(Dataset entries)
****************************************

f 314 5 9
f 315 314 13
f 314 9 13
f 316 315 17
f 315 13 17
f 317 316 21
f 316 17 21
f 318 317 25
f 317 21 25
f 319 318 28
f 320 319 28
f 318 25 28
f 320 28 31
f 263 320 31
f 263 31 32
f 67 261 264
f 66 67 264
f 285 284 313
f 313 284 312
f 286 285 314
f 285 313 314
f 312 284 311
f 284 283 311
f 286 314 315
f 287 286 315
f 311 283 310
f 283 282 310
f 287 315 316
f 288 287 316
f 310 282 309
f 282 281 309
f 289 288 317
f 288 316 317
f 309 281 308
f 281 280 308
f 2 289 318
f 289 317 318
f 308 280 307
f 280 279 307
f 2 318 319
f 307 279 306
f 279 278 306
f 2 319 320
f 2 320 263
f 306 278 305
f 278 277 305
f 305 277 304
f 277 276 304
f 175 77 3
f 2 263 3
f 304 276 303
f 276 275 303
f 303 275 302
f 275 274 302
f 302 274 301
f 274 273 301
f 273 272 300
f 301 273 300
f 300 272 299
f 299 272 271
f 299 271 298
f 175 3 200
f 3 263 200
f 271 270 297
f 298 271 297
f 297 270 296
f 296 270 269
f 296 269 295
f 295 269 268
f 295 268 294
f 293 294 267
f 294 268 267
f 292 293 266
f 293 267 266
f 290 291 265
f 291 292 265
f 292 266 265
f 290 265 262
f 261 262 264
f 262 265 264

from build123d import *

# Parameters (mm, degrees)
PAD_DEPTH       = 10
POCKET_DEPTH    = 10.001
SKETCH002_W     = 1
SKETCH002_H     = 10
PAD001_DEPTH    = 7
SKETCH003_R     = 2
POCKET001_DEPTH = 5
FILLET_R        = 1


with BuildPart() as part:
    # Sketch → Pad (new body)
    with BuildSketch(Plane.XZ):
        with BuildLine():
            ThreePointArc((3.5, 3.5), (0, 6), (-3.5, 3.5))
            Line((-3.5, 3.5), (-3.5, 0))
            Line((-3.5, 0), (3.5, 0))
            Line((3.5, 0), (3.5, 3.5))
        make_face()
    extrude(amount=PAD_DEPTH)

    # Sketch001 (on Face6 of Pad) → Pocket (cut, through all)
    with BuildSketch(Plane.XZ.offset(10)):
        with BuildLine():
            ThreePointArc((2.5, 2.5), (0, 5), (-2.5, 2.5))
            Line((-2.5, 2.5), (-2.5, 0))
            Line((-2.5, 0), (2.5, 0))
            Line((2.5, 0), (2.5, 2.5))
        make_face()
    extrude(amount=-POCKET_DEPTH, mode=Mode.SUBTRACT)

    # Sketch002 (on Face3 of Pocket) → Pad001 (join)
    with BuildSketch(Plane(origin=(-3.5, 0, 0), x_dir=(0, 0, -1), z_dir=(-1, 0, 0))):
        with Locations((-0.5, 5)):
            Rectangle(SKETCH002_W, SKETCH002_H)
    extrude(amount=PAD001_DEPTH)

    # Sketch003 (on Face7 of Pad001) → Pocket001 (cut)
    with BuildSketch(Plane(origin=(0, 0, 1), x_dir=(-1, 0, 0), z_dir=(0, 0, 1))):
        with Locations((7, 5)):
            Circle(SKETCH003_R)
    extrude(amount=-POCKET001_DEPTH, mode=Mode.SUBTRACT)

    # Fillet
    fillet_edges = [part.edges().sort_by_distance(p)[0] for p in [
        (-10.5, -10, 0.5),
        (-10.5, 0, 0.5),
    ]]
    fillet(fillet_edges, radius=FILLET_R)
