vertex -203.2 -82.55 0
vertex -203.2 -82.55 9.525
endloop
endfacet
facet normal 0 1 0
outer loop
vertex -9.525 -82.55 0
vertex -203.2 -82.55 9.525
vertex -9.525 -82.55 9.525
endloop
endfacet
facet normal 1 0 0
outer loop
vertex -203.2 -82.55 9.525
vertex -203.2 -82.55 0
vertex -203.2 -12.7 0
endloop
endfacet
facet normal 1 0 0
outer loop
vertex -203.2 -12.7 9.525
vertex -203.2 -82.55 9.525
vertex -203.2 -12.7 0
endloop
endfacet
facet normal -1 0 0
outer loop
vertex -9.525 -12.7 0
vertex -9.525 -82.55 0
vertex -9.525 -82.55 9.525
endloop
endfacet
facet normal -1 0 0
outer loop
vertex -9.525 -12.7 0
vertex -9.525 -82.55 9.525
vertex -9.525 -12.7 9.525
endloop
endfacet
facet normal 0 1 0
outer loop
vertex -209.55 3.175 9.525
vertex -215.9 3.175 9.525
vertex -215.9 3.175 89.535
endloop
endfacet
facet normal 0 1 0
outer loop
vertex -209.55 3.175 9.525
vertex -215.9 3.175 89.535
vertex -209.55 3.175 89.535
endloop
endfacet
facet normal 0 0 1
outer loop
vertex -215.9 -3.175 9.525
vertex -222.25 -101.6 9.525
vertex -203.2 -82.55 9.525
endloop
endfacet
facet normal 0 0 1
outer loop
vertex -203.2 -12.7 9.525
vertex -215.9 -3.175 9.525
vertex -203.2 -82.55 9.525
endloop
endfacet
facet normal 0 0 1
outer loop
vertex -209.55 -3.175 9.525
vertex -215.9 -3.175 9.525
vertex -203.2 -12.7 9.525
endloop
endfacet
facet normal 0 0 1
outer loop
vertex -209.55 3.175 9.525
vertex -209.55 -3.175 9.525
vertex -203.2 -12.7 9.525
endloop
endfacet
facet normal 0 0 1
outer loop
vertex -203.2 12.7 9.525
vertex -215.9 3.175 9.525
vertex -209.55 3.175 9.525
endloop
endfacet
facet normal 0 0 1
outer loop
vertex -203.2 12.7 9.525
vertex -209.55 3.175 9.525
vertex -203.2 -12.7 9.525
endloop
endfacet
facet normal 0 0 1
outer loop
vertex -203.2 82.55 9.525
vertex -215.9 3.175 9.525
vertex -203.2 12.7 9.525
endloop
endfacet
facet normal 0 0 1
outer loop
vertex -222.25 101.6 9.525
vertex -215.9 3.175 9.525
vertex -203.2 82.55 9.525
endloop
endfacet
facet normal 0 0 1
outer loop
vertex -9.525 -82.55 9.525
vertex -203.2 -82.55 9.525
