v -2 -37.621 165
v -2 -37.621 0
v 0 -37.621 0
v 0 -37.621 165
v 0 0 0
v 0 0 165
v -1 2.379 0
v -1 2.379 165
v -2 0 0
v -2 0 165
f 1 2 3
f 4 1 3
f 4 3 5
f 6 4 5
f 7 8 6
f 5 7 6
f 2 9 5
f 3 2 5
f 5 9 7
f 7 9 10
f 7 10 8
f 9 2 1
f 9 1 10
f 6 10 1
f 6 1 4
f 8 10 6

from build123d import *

# Parameters (mm, degrees)
SKETCH1_W           = 2
SKETCH1_H           = 40
BOSS_EXTRUDE1_DEPTH = 165
CUT_EXTRUDE1_DEPTH  = 165
CUT_EXTRUDE2_DEPTH  = 165


with BuildPart() as part:
    # Sketch1 → Boss-Extrude1 (new body)
    with BuildSketch(Plane.XY):
        with Locations((-1, -17.620909594)):
            Rectangle(SKETCH1_W, SKETCH1_H)
    extrude(amount=BOSS_EXTRUDE1_DEPTH)

    # Sketch2 → Cut-Extrude1 (cut)
    with BuildSketch(Plane.XY.offset(165)):
        Polygon((0, 2.379090406), (-1, 2.379090406), (0, 0), align=None)
    extrude(amount=-CUT_EXTRUDE1_DEPTH, mode=Mode.SUBTRACT)

    # Sketch3 → Cut-Extrude2 (cut)
    with BuildSketch(Plane.XY.offset(165)):
        Polygon((-1, 2.379090406), (-2, 2.379090406), (-2, 0), align=None)
    extrude(amount=-CUT_EXTRUDE2_DEPTH, mode=Mode.SUBTRACT)


solid = part.part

****************************************

## ASSIGNMENT:
Please filter the data down to the lines containing the word "origin".

## EXERCISE OUTPUT:
    with BuildSketch(Plane(origin=(-3.5, 0, 0), x_dir=(0, 0, -1), z_dir=(-1, 0, 0))):
    with BuildSketch(Plane(origin=(0, 0, 1), x_dir=(-1, 0, 0), z_dir=(0, 0, 1))):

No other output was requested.